README.md · ibm-granite/granite-guardian-hap-125m at 9801be766b44a09f5f5dde88f5df6eaa1731c13f

metadata

license: apache-2.0
language:
  - en
pipeline_tag: text-classification

Model Description

This model is IBM's 12-layer toxicity binary classifier for English, intended to be used as a guardrail for any large language model. It has been trained on several benchmark datasets in English, specifically for detecting hateful, abusive, profane and other toxic content in plain text.

Model Usage

# Example of how to use the model
import torch
from transformers import AutoModelForSequenceClassification, AutoTokenizer
device = torch.device("cuda:0" if torch.cuda.is_available() else "cpu")

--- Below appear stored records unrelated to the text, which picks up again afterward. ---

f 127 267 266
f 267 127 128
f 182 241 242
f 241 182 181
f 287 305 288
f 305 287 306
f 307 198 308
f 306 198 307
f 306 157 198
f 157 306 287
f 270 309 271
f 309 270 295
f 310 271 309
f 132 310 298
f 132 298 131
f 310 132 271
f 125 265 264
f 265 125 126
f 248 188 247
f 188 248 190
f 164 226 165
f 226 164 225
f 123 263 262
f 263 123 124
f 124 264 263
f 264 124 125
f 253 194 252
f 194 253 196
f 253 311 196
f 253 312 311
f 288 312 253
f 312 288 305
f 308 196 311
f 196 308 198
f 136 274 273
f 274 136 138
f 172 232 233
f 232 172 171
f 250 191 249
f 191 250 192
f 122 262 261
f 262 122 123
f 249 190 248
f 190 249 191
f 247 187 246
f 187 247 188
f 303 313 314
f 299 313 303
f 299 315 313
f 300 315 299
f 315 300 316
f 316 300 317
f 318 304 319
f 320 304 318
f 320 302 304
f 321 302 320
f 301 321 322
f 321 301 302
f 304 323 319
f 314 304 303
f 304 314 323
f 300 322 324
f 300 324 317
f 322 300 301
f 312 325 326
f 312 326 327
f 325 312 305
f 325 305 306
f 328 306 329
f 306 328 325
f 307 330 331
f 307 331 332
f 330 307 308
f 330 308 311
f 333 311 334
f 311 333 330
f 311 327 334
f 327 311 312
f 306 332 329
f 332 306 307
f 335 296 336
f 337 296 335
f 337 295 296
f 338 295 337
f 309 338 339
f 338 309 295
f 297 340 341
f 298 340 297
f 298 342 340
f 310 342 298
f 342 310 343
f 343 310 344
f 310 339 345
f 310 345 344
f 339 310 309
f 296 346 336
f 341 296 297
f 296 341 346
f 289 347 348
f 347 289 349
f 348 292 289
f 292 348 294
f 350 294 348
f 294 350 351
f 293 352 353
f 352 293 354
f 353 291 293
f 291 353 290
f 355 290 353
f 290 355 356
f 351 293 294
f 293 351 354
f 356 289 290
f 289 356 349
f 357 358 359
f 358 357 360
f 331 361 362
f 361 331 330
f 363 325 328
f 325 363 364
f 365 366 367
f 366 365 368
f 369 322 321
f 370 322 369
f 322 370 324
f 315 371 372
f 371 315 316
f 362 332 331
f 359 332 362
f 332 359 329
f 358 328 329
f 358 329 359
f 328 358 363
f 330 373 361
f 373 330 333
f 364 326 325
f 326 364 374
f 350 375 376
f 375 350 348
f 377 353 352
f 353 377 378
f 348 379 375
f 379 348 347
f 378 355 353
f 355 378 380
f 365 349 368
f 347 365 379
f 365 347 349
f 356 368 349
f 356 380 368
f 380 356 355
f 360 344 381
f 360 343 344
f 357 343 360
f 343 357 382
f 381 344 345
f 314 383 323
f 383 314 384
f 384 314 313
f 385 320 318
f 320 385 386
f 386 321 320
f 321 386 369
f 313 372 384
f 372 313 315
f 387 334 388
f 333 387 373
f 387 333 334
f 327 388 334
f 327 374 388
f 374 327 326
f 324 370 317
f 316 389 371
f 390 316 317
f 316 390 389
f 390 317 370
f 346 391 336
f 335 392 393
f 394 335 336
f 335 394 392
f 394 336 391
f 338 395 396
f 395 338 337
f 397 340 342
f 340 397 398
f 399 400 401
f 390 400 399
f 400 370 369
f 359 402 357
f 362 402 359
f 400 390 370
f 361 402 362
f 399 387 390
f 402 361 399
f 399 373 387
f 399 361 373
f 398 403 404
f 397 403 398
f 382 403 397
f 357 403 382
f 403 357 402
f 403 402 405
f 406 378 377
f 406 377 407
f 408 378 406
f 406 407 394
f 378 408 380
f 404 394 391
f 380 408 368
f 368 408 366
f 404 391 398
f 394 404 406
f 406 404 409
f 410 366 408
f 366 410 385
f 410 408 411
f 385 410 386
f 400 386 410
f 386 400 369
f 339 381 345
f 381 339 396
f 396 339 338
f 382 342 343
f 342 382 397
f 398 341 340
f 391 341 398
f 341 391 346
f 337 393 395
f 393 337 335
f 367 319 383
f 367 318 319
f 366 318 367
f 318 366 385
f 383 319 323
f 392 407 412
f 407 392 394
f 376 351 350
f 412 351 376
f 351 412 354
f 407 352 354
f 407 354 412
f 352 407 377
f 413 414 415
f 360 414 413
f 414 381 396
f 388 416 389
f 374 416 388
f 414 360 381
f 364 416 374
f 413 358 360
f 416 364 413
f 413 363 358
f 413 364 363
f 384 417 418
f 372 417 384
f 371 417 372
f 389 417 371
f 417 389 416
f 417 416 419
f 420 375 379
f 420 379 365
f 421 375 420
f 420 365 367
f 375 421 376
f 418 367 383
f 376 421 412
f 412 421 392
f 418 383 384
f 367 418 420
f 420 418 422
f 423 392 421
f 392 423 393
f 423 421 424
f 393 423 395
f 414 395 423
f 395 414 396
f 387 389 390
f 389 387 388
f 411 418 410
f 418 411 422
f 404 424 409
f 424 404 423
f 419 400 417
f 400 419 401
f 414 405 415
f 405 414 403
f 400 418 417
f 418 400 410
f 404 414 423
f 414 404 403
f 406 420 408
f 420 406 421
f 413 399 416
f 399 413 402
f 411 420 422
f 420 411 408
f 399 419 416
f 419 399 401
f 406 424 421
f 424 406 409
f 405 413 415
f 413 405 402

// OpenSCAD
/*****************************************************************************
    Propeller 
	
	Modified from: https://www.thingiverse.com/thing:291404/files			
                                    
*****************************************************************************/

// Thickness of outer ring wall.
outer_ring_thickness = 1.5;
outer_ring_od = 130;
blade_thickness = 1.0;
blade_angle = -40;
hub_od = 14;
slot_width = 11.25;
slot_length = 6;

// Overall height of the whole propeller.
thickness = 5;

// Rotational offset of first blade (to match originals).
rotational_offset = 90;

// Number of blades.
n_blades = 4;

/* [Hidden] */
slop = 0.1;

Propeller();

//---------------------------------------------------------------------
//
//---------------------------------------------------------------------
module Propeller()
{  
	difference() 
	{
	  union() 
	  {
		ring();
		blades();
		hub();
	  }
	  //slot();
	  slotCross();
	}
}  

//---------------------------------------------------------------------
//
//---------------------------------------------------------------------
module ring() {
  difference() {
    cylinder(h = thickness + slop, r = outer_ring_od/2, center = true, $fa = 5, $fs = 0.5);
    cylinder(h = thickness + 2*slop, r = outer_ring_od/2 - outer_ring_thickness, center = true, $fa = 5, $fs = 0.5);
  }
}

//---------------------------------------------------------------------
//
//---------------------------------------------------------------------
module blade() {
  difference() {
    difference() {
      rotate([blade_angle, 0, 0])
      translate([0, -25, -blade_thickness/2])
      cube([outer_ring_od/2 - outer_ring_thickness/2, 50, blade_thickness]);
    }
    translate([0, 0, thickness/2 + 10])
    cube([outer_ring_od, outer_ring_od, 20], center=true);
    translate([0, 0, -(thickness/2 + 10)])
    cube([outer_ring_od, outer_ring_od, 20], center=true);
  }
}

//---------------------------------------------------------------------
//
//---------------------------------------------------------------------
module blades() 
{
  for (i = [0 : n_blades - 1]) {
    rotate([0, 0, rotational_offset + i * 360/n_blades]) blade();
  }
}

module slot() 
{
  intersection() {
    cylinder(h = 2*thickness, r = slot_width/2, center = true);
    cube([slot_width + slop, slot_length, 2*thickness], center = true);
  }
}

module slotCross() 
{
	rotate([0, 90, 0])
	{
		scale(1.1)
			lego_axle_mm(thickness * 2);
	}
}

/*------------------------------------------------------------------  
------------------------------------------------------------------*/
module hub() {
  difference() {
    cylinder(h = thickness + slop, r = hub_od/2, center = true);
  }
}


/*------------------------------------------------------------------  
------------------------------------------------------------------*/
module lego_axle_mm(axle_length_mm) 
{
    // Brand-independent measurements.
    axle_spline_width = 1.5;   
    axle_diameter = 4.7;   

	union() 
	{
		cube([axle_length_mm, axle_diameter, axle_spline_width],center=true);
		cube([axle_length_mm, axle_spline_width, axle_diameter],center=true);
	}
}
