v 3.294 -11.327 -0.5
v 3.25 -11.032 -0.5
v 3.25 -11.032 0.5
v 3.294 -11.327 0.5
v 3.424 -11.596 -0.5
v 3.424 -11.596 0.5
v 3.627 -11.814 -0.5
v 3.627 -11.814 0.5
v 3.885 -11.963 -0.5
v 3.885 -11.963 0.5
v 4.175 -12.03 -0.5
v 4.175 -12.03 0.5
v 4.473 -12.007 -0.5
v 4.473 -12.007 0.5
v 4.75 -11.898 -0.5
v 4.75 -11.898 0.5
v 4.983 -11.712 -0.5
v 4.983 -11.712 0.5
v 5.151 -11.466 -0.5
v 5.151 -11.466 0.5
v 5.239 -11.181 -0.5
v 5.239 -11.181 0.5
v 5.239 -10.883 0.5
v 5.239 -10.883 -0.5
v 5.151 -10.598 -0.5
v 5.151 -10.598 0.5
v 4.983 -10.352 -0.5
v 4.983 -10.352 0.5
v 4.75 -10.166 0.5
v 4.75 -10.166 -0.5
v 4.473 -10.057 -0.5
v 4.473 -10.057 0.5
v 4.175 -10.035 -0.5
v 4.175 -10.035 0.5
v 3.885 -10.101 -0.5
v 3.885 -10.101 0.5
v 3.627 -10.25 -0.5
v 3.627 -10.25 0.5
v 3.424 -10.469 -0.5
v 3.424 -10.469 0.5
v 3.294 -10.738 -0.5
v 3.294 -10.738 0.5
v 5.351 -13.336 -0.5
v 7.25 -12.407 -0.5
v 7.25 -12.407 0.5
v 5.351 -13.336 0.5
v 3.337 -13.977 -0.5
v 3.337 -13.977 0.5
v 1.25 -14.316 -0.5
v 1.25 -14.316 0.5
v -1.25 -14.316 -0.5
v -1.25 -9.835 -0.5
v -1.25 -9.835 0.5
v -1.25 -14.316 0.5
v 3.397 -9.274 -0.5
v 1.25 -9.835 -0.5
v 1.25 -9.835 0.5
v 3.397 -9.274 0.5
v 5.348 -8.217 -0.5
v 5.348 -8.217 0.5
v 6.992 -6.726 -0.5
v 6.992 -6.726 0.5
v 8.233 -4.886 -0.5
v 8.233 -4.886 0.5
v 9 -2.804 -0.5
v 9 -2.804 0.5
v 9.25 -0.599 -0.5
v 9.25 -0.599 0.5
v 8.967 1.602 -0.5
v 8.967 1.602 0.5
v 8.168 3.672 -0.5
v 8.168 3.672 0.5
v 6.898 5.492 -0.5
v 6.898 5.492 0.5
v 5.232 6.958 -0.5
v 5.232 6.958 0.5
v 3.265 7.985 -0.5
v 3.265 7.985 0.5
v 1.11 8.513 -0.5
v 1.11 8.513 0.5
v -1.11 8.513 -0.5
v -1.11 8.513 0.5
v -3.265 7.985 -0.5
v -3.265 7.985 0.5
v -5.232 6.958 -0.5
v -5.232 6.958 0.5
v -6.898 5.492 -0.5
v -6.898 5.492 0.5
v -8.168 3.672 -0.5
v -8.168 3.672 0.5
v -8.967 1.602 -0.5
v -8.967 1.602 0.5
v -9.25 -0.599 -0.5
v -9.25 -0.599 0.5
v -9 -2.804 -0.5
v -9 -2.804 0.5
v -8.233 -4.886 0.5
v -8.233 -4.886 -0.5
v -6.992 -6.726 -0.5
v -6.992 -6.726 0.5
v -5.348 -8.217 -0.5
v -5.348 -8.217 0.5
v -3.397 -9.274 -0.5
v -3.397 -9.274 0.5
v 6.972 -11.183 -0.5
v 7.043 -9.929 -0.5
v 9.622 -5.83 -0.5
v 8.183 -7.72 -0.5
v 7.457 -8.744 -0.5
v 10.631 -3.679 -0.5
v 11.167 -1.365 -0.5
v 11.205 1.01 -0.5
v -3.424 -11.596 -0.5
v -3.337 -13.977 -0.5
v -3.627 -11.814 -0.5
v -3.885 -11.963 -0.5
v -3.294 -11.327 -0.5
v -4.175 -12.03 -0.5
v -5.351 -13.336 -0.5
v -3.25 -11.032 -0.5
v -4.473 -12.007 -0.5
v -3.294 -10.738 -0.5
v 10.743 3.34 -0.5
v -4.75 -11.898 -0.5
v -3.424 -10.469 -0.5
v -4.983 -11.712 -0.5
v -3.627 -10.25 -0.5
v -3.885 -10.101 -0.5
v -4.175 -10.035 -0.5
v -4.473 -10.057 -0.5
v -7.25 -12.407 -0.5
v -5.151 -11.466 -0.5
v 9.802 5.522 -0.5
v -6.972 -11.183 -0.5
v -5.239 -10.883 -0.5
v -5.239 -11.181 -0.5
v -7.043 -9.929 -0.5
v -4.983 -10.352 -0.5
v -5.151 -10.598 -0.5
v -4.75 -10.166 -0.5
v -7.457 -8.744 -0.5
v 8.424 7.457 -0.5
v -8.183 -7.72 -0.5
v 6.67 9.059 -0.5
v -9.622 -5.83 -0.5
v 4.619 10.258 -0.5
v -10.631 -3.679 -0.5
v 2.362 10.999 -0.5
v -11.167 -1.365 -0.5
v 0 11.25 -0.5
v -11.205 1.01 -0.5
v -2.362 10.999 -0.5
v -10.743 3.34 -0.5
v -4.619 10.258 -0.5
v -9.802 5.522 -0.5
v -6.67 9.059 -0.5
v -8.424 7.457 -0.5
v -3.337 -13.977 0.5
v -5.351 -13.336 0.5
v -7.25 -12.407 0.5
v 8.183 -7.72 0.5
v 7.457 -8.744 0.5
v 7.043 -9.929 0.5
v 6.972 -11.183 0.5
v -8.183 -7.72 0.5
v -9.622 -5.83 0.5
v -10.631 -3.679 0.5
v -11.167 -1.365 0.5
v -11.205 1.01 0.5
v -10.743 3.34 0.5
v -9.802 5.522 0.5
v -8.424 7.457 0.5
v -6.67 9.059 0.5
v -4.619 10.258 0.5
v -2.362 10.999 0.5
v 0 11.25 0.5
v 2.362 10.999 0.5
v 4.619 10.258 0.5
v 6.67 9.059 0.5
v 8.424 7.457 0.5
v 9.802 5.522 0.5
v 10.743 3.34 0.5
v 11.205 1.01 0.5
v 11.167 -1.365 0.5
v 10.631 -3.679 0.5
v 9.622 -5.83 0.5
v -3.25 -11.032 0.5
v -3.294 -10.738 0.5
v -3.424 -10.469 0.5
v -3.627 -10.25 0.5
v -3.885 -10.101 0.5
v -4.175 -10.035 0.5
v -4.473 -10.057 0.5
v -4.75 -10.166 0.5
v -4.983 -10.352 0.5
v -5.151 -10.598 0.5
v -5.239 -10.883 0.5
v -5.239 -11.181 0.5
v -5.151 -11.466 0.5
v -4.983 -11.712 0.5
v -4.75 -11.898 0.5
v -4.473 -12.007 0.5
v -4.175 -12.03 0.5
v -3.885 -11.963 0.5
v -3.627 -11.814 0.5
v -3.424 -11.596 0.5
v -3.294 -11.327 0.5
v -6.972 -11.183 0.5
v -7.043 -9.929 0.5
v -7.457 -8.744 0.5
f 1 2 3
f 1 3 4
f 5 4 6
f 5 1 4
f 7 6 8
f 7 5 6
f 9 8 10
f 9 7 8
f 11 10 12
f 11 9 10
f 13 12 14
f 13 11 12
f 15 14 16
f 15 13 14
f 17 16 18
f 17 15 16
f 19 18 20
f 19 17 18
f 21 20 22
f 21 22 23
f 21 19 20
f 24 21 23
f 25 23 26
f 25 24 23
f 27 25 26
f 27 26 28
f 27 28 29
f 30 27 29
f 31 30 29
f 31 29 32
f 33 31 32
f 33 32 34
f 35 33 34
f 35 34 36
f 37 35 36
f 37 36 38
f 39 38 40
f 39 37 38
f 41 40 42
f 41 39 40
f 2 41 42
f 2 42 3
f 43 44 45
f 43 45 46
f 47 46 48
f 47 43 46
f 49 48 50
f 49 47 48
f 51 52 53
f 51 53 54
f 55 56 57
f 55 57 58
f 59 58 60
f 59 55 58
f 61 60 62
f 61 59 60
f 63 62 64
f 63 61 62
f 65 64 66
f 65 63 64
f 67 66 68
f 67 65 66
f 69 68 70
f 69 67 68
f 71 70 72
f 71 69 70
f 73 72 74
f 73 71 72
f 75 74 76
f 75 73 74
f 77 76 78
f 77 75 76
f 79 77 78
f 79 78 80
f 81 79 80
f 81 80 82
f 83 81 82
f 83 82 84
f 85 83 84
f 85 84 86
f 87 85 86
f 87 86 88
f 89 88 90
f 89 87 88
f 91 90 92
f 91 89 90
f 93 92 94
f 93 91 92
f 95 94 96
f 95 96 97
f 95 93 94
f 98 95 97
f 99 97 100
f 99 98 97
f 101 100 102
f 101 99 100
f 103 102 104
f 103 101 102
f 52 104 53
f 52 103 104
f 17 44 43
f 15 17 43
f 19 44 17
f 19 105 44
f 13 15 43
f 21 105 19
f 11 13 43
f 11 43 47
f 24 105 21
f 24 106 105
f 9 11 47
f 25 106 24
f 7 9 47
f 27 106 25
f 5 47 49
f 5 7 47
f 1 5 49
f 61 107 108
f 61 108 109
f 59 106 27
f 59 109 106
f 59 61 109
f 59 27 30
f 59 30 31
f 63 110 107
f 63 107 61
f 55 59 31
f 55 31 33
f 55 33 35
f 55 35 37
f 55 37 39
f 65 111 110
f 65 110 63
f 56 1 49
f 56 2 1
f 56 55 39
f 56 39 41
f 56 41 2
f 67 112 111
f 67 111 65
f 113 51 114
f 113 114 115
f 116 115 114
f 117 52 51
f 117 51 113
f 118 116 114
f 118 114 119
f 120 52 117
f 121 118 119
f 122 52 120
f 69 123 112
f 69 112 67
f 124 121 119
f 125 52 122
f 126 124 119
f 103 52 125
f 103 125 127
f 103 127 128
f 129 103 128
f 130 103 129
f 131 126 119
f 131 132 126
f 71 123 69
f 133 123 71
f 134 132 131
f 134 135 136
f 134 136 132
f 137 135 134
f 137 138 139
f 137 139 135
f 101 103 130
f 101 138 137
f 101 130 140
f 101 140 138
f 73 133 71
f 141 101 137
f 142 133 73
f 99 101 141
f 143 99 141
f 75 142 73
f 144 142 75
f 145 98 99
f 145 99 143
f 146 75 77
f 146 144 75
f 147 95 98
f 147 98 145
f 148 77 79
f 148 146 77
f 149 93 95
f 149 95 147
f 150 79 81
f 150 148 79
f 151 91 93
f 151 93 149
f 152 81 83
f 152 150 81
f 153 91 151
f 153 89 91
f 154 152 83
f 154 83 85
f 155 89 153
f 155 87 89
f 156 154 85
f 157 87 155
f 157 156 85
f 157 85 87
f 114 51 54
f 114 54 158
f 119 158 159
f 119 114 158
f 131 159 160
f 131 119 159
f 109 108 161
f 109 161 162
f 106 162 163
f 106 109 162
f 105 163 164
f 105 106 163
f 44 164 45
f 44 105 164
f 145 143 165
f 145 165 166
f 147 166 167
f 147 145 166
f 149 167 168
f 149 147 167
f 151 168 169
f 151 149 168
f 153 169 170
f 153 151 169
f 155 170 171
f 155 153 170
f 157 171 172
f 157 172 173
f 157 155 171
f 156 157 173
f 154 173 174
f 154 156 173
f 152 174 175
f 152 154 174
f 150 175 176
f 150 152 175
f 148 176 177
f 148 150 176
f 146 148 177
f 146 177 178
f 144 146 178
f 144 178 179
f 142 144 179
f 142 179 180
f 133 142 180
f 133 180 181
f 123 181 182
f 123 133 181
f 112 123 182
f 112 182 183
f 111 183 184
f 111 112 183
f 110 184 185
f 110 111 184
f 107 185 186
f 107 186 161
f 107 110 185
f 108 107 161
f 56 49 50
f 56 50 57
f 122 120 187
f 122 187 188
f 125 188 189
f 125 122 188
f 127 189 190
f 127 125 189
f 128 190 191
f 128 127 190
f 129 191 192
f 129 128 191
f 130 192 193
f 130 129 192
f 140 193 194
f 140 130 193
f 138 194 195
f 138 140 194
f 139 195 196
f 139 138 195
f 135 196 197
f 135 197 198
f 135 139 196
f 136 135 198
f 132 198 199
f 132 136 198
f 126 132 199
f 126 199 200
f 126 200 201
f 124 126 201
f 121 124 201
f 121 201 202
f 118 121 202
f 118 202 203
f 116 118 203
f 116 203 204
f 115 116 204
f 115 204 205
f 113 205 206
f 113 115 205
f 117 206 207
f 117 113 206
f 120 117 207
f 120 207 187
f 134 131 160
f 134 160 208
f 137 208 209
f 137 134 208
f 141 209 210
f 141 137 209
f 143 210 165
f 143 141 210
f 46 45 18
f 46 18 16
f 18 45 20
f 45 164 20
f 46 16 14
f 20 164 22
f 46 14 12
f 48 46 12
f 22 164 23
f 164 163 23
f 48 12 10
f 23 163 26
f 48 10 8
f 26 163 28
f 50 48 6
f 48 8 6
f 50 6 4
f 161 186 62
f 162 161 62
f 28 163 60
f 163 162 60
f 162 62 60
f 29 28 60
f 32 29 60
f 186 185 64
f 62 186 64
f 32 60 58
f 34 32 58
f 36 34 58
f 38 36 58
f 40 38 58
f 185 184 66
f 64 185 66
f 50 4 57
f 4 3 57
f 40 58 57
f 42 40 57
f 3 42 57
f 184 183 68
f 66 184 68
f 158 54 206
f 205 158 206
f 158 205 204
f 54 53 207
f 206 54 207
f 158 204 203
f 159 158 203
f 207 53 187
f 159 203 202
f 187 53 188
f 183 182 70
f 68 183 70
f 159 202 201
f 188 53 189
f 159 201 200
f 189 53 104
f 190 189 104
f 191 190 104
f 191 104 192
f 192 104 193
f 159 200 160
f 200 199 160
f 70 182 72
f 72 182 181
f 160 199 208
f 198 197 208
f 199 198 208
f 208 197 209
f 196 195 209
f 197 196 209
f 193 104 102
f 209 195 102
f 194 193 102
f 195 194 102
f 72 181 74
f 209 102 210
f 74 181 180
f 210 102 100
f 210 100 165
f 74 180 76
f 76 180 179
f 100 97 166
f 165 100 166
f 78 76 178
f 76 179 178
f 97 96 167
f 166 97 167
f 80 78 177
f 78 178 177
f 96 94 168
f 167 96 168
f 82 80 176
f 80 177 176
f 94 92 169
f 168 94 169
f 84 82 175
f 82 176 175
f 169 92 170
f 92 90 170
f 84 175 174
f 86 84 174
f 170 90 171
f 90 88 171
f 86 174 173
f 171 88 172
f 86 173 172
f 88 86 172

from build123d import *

# Parameters (mm, degrees)
EXTRUDE_991_DEPTH      = 0.5
EXTRUDE_991_DEPTH_BACK = 0.5
SKETCH_1_R             = 1


with BuildPart() as part:
    # 草图1 → Extrude 991 (new, two sides: drawn at the far end of the back side and taken through both)
    with BuildSketch(Plane.XY.offset(-EXTRUDE_991_DEPTH_BACK)):
        with BuildLine():
            Line((-1.25, -9.83515139), (-1.25, -14.315530029))
            ThreePointArc((-1.25, -14.315530029), (-4.355811387, -13.693933225), (-7.25, -12.407030265))
            ThreePointArc((-7.25, -12.407030265), (-7.042959472, -9.929441632), (-8.18310536, -7.720057427))
            ThreePointArc((-8.18310536, -7.720057427), (0, 11.25), (8.18310536, -7.720057427))
            ThreePointArc((8.18310536, -7.720057427), (7.042959472, -9.929441632), (7.25, -12.407030265))
            ThreePointArc((7.25, -12.407030265), (4.355811387, -13.693933225), (1.25, -14.315530029))
            Line((1.25, -14.315530029), (1.25, -9.83515139))
            ThreePointArc((1.25, -9.83515139), (0, 8.58), (-1.25, -9.83515139))
        make_face()
        with Locations((-4.25, -11.032311518)):
            Circle(SKETCH_1_R, mode=Mode.SUBTRACT)
        with Locations((4.25, -11.032311518)):
            Circle(SKETCH_1_R, mode=Mode.SUBTRACT)
    extrude(amount=EXTRUDE_991_DEPTH + EXTRUDE_991_DEPTH_BACK)


solid = part.part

model_name_or_path = 'ibm-granite/granite-guardian-hap-125m'
model = AutoModelForSequenceClassification.from_pretrained(model_name_or_path)
tokenizer = AutoTokenizer.from_pretrained(model_name_or_path)
model.to(device)

# Sample text
text = ["This is the 1st test", "This is the 2nd test"]
input = tokenizer(text, padding=True, truncation=True, return_tensors="pt").to(device)

with torch.no_grad():
    logits = model(**input).logits
    prediction = torch.argmax(logits, dim=1).cpu().detach().numpy().tolist() # Binary prediction where label 1 indicates toxicity.
    probability = torch.softmax(logits, dim=1).cpu().detach().numpy()[:,1].tolist() #  Probability of toxicity.

Performance Comparison with Other Models

This model demonstrates superior average performance in comparison with other models on eight mainstream toxicity benchmarks. If a very fast model is required, please refer to the lightweight 4-layer IBM model, granite-guardian-hap-38m.